Die typischen Merkmale der James Bond-Filme

Die typischen Merkmale der James Bond-Filme

Es gibt Menschen, die behaupten, wenn man einen James Bond-Film gesehen hat, dann hat man sie alle gesehen. Das stimmt natürlich nicht so ganz, denn jeder Bond-Film ist anders, aber vielleicht entsteht der Eindruck deshalb, weil alle Filme typische Merkmale haben, in denen sie übereinstimmen.

Miss Moneypenny, eine Konstante in vielen James Bond-Filmen. (im Bild: Lois Maxwell)

  • Exotische Schauplätze

    Jeder James Bond-Film spielt an einem anderen exotischen Schauplatz. Neben den USA, Frankreich, England und der Schweiz war der britische Geheimagent unter anderem auf den Bahamas, auf Hawaii, im südchinesischen Meer, auf Gibraltar, in Island oder im brasilianischen Urwald unterwegs.

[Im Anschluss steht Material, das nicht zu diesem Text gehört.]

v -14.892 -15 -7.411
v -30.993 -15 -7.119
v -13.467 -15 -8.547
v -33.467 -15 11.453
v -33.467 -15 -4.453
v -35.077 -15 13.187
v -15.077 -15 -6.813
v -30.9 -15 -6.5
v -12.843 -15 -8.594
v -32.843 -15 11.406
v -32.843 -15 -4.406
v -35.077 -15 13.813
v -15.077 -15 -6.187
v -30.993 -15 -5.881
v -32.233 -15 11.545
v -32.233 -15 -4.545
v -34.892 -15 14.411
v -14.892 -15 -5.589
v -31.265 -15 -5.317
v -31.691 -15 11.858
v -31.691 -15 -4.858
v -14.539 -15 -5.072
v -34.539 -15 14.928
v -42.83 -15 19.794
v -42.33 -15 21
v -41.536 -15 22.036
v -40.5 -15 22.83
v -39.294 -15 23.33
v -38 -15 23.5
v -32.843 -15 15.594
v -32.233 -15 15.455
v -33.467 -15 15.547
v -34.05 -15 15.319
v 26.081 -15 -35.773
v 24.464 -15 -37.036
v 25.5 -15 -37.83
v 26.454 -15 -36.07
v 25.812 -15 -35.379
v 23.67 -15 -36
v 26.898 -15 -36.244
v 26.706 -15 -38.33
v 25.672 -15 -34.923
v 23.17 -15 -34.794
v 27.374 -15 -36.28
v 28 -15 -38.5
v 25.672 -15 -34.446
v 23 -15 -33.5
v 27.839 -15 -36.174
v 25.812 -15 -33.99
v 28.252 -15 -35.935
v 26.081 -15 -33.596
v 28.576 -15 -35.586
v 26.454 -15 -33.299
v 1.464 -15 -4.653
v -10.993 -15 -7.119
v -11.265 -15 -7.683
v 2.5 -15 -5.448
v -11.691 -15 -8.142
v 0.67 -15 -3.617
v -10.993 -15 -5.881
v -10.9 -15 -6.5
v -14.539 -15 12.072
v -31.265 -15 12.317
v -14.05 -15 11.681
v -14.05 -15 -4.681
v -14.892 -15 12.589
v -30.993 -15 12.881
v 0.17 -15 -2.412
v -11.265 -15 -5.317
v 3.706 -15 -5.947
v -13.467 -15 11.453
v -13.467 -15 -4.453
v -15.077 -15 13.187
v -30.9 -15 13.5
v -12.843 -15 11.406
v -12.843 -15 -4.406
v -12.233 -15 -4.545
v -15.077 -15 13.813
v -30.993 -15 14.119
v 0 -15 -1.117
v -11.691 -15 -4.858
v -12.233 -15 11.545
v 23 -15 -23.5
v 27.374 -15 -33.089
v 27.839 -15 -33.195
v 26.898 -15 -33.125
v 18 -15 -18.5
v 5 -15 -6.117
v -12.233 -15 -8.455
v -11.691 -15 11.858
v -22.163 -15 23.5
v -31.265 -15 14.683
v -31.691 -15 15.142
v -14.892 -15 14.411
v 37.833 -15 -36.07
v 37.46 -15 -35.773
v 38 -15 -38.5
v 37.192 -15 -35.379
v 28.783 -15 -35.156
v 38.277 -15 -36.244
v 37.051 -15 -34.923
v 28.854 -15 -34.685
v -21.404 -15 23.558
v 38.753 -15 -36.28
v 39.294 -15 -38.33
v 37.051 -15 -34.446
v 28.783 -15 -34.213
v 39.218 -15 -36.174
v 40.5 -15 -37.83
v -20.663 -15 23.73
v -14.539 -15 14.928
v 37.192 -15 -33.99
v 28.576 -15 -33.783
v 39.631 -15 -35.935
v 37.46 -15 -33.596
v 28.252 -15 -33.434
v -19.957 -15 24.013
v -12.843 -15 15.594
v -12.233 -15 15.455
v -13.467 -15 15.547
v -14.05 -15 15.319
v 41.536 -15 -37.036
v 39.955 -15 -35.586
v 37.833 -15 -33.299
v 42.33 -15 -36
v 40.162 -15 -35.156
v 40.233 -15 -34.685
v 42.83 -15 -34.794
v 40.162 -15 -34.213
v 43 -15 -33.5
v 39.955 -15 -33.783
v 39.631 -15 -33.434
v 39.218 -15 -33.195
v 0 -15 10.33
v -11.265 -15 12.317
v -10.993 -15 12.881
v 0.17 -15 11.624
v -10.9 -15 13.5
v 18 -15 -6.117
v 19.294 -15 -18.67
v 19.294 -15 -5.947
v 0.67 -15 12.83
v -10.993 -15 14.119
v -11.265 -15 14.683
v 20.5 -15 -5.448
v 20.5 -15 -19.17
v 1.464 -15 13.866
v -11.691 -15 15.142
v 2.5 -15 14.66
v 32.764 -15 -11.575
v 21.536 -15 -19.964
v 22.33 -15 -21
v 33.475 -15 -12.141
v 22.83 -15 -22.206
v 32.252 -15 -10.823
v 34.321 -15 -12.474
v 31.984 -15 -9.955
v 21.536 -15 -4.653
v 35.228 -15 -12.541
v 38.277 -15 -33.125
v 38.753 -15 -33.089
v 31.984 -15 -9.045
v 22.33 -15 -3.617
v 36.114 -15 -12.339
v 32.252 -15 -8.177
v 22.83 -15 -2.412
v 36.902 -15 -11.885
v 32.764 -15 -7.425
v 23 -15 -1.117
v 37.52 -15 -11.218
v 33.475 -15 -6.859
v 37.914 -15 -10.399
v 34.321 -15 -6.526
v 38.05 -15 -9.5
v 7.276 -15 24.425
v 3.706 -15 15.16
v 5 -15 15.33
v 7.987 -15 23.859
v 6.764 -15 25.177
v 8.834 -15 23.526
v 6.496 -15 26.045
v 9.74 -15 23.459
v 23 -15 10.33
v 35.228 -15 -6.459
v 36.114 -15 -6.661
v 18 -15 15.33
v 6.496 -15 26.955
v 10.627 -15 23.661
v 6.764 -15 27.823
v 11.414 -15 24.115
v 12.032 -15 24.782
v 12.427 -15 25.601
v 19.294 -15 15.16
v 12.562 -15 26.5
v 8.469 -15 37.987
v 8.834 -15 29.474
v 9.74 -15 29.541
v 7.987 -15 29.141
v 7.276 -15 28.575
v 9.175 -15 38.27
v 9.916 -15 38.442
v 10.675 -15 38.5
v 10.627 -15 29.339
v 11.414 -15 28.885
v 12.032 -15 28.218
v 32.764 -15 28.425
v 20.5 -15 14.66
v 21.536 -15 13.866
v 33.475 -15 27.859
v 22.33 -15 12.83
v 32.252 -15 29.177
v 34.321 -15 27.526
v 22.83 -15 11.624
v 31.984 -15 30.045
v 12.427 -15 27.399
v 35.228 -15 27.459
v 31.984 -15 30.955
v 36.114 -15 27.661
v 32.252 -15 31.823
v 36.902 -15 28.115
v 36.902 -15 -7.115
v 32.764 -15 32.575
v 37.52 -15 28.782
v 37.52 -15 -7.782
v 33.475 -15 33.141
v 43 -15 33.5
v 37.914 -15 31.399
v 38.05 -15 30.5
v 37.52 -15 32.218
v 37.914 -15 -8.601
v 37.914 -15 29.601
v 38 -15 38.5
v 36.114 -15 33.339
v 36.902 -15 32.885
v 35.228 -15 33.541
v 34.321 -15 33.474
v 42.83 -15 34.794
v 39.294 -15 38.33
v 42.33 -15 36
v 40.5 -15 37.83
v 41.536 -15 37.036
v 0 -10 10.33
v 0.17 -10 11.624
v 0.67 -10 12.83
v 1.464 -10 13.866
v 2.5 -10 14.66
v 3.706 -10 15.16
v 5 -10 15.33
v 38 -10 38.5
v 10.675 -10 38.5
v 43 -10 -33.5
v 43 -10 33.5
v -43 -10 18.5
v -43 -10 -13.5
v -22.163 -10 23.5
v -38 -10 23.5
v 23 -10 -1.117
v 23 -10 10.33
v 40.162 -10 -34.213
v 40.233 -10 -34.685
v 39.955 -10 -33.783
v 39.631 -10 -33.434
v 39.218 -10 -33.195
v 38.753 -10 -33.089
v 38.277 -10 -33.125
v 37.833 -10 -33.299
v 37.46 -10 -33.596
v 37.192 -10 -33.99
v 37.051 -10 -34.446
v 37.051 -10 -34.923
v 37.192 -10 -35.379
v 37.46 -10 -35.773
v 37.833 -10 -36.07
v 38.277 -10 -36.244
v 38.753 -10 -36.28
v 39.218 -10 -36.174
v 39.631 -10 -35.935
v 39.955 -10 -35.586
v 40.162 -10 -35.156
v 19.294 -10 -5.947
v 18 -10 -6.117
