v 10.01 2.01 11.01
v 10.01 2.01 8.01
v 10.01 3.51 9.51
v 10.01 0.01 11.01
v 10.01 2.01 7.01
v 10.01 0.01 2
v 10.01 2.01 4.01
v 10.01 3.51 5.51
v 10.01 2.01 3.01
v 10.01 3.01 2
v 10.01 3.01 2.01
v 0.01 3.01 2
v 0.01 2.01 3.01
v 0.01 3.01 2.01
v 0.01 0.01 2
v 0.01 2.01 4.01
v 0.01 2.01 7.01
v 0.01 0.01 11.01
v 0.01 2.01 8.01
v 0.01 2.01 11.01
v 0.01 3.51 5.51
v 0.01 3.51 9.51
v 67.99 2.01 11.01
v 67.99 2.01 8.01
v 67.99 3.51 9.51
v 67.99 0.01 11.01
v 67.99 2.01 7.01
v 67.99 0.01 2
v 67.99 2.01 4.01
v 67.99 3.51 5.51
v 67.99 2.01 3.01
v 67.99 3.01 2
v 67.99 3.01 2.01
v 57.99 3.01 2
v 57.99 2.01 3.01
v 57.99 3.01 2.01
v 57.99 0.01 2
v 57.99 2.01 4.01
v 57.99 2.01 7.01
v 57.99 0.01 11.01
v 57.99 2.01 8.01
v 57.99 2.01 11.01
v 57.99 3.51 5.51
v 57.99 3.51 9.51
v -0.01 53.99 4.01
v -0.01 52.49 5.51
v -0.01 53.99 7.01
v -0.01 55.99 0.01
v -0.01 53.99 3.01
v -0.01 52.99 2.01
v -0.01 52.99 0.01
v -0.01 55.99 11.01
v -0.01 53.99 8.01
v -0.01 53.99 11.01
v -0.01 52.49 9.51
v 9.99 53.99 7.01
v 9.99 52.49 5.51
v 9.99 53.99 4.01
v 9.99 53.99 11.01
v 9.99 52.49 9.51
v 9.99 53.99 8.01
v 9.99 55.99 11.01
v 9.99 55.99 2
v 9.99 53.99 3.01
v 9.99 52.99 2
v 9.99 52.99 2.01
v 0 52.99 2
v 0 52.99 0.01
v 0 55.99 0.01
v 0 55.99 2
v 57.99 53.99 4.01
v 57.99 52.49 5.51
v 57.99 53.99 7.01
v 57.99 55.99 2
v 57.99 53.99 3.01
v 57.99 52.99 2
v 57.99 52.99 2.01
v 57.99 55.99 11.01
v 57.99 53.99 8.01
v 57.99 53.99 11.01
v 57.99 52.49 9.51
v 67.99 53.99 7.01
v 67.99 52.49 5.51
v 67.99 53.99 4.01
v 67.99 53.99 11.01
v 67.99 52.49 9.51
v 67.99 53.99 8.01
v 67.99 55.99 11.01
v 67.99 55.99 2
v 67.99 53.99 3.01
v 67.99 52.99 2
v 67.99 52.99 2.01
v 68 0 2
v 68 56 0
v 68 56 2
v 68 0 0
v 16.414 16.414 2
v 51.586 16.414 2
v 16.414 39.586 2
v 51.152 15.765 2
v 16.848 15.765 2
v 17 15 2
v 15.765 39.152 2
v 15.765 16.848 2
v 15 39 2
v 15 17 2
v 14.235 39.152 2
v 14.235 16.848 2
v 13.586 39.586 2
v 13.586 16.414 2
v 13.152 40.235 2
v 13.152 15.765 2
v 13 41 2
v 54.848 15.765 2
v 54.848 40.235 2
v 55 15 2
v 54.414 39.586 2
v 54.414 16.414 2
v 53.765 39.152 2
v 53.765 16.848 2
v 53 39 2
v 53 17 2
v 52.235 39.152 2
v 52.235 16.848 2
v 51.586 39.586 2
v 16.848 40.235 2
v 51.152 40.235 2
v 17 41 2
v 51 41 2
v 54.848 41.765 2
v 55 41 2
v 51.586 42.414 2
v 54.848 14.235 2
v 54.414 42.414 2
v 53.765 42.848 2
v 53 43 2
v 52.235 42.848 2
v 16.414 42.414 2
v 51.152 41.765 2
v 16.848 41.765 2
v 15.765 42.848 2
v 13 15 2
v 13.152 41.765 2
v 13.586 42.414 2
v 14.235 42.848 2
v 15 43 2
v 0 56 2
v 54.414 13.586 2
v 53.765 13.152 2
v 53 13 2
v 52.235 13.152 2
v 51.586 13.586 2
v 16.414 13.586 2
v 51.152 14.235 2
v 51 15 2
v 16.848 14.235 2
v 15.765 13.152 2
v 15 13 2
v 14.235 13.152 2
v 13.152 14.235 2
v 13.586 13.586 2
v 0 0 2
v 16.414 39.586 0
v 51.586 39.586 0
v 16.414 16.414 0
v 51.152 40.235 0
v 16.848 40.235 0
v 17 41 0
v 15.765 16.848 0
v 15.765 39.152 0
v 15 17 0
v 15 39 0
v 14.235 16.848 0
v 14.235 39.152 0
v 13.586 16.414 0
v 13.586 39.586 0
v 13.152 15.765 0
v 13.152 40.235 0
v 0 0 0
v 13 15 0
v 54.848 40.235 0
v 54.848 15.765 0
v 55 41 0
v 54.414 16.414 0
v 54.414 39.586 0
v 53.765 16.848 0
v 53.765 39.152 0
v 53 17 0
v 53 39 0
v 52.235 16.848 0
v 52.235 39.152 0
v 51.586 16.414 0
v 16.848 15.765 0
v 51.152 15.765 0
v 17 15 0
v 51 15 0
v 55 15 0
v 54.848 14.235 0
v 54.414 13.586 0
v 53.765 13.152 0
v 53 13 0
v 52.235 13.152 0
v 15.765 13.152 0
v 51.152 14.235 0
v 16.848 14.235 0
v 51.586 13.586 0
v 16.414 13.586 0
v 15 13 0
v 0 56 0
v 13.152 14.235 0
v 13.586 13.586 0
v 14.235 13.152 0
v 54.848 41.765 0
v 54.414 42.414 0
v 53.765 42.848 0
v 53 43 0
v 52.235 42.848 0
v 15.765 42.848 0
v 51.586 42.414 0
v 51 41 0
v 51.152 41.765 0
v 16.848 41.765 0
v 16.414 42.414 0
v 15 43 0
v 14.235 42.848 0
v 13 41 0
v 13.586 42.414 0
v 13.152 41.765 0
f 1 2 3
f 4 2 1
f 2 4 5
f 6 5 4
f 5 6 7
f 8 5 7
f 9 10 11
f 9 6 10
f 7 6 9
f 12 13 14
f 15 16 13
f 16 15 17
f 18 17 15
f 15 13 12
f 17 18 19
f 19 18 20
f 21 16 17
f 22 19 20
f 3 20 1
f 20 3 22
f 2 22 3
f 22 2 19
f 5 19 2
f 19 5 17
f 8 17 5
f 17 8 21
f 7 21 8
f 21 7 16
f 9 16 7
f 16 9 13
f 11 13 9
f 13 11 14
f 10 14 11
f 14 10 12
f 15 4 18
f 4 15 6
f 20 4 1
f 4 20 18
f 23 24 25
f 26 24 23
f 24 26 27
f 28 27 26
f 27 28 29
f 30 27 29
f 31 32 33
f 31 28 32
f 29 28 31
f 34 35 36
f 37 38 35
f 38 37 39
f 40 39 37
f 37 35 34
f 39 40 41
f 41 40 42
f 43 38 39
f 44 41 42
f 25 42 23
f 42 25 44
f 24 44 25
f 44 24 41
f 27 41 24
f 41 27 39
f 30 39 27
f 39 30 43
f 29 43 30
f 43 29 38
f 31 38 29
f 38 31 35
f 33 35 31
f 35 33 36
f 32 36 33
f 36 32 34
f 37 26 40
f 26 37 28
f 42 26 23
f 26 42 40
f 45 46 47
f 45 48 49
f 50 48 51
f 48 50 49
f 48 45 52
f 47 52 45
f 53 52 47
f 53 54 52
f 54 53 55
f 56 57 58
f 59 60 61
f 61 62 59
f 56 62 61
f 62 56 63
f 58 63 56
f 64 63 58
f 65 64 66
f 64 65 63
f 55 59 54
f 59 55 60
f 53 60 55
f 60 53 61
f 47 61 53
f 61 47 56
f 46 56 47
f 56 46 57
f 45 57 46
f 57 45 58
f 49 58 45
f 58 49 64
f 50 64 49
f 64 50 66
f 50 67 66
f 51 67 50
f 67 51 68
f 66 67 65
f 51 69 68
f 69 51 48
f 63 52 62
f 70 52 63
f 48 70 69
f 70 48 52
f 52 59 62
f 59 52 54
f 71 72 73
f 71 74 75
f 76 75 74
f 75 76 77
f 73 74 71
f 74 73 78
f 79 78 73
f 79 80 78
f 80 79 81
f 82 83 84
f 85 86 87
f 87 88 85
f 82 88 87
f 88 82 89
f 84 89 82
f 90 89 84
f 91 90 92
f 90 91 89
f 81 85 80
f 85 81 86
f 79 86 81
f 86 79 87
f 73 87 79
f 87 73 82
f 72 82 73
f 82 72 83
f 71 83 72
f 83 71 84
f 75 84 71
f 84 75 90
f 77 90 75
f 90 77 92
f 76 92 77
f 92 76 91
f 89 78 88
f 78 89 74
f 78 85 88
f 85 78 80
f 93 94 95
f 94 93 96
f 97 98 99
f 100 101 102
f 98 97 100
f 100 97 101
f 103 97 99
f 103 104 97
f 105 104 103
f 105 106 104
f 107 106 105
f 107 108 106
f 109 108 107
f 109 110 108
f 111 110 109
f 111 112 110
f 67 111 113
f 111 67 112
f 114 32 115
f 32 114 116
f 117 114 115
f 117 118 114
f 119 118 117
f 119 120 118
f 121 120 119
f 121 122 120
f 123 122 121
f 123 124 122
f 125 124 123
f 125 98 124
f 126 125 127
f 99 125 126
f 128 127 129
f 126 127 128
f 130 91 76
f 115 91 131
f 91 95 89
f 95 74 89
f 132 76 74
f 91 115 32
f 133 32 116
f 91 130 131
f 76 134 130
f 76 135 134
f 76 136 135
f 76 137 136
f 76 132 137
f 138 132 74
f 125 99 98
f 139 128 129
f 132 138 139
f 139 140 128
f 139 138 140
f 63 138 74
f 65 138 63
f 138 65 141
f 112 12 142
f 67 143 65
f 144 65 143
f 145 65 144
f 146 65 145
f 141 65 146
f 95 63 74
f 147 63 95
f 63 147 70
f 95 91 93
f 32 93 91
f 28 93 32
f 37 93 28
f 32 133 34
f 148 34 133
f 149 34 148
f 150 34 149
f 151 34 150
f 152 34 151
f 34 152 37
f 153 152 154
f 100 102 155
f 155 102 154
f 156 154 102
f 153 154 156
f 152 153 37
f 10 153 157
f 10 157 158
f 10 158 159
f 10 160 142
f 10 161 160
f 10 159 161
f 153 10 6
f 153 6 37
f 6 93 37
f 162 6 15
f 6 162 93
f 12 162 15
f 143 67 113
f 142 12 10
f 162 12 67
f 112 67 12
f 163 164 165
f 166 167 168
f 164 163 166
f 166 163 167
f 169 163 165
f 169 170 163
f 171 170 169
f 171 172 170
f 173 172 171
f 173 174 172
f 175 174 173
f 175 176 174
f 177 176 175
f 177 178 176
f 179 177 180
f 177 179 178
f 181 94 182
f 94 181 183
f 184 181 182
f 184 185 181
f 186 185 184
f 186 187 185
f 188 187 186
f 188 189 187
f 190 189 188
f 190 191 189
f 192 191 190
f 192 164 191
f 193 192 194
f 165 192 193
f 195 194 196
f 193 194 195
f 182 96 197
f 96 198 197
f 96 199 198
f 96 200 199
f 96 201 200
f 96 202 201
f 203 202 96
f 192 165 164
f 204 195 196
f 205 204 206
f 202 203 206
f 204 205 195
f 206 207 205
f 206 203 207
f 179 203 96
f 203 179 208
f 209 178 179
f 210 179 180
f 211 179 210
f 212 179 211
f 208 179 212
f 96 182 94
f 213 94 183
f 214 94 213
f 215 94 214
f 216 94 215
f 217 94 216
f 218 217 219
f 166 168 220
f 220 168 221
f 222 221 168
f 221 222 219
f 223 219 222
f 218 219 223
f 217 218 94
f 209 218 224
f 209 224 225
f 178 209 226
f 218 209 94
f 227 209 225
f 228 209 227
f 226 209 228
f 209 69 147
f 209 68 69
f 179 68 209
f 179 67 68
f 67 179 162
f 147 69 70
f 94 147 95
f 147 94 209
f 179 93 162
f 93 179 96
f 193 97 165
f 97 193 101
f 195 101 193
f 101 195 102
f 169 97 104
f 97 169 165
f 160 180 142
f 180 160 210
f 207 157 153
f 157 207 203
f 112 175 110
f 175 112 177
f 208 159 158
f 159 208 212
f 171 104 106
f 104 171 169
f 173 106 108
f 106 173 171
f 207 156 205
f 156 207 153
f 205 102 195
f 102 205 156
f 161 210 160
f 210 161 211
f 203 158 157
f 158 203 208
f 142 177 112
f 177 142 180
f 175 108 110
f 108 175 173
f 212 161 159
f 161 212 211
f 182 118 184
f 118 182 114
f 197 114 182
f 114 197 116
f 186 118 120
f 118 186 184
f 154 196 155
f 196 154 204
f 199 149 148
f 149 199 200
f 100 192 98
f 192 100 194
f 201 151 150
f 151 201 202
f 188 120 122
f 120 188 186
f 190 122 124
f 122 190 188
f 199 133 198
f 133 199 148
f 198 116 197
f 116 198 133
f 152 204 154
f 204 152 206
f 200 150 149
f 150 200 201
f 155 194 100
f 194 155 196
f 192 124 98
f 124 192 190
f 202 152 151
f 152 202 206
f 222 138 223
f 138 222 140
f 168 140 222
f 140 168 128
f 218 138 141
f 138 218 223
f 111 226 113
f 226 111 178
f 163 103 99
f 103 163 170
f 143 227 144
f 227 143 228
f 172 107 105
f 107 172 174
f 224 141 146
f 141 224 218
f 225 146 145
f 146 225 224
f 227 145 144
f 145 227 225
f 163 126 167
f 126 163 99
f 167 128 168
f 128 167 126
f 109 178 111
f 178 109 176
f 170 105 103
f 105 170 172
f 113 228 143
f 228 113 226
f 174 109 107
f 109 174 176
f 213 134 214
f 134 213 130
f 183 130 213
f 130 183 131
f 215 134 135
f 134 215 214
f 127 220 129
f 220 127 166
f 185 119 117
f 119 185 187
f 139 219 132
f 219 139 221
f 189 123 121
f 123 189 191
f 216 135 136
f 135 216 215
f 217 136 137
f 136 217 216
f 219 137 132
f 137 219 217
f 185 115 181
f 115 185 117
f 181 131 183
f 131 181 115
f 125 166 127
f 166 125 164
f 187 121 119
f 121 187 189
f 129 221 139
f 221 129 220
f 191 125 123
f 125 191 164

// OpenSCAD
board_width = 52;
board_length = 68;
board_thickness = 1;

base_thickness = 2;
wall_thickness = 2;

camfer_thickness = 1;

standoff_height = 5;

clip_width = 10;
clip_thickness = 1.5;

hole_offset_length = 15;
hole_offset_width = 15;
hole_radius = 2;

difference() {
    union() {
        cube([board_length, board_width+2*wall_thickness, base_thickness]);
        all_clips();
    }
    holes();
}

module board_clip() {
    translate([clip_width,0.01,0.01])
        rotate([0,-90,0])
            linear_extrude(height=clip_width)
                polygon(points=[[0,wall_thickness+camfer_thickness],
                            [base_thickness,wall_thickness+camfer_thickness],
                            [base_thickness+camfer_thickness, wall_thickness],
                            [base_thickness+standoff_height-2*clip_thickness,wall_thickness],
                            [base_thickness+standoff_height-clip_thickness,wall_thickness+clip_thickness],
                            [base_thickness+standoff_height,wall_thickness],
                            [base_thickness+standoff_height+board_thickness,wall_thickness],
                            [base_thickness+standoff_height+board_thickness+clip_thickness,wall_thickness+clip_thickness],
                            [base_thickness+standoff_height+board_thickness+2*clip_thickness,wall_thickness],
                            [base_thickness+standoff_height+board_thickness+2*clip_thickness,0],
                            [0,0]]);
}

module all_clips() {
    translate([0.01,0,0])
        board_clip();
    translate([board_length-clip_width-.01,0,0])
        board_clip();
    translate([clip_width-0.01,board_width+2*wall_thickness,0])
        rotate([0,0,180])
            board_clip();
    translate([board_length-.01,board_width+2*wall_thickness,0])
        rotate([0,0,180])
            board_clip();
}

module holes() {
    translate([hole_offset_length, hole_offset_width, -0.5*base_thickness])
        cylinder(r=hole_radius, h=base_thickness*2, $fn=16);
    translate([board_length-hole_offset_length, hole_offset_width, -0.5*base_thickness])
        cylinder(r=hole_radius, h=base_thickness*2, $fn=16);
    translate([hole_offset_length, board_width+2*wall_thickness-hole_offset_width, -0.5*base_thickness])
        cylinder(r=hole_radius, h=base_thickness*2, $fn=16);
    translate([board_length-hole_offset_length, board_width+2*wall_thickness-hole_offset_width, -0.5*base_thickness])
        cylinder(r=hole_radius, h=base_thickness*2, $fn=16);
}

Aber auch das Taj Mahal in Indien und die Berliner Mauer waren schon als Kulisse in einem James Bond-Film zu sehen.

  • Das Bond-Girl

    Zu jedem James Bond gehört auch immer das passende Bond-Girl. Eine immer wiederkehrende Szene ist zum Beispiel, dass das jeweilige Bond-Girl von einem der Schurken gefoltert wird und Bond in allerletzter Minute als ihr Retter auftaucht.

  • Die Zweikämpfe

    James Bond lässt es auch immer wieder gerne auf einen Kampf Mann gegen Mann ankommen. Meist zum Ende des Films kommt es zu packenden Zweikämpfen.

  • Miss Moneypenny

    Sie ist so etwas wie die gute Seele in allen James Bond-Filmen. Die Sekretärin im Büro des Secret Service ist in Bond verliebt oder schwärmt zumindest von ihm. Er hat allerdings nur leichte Ironie für sie übrig und bezirzt sie gerne mit seinem Charme.

  • Kartenspiele

    Nicht nur in Casino Royal wird Bond zum Spieler, auch in den anderen Filmen spielt James Bond: Unter anderem Gin Rommé, Canasta, Black Jack, Baccara, Bridge und auch Backgammon.

  • Verfolgungsjagden

    Kein Bond-Film ohne mindestens eine rasante Verfolgungsjagd. Dabei wird alles eingesetzt, was schnell unterwegs ist: Autos, Motorräder, Boote, Flugzeuge und auch Skier.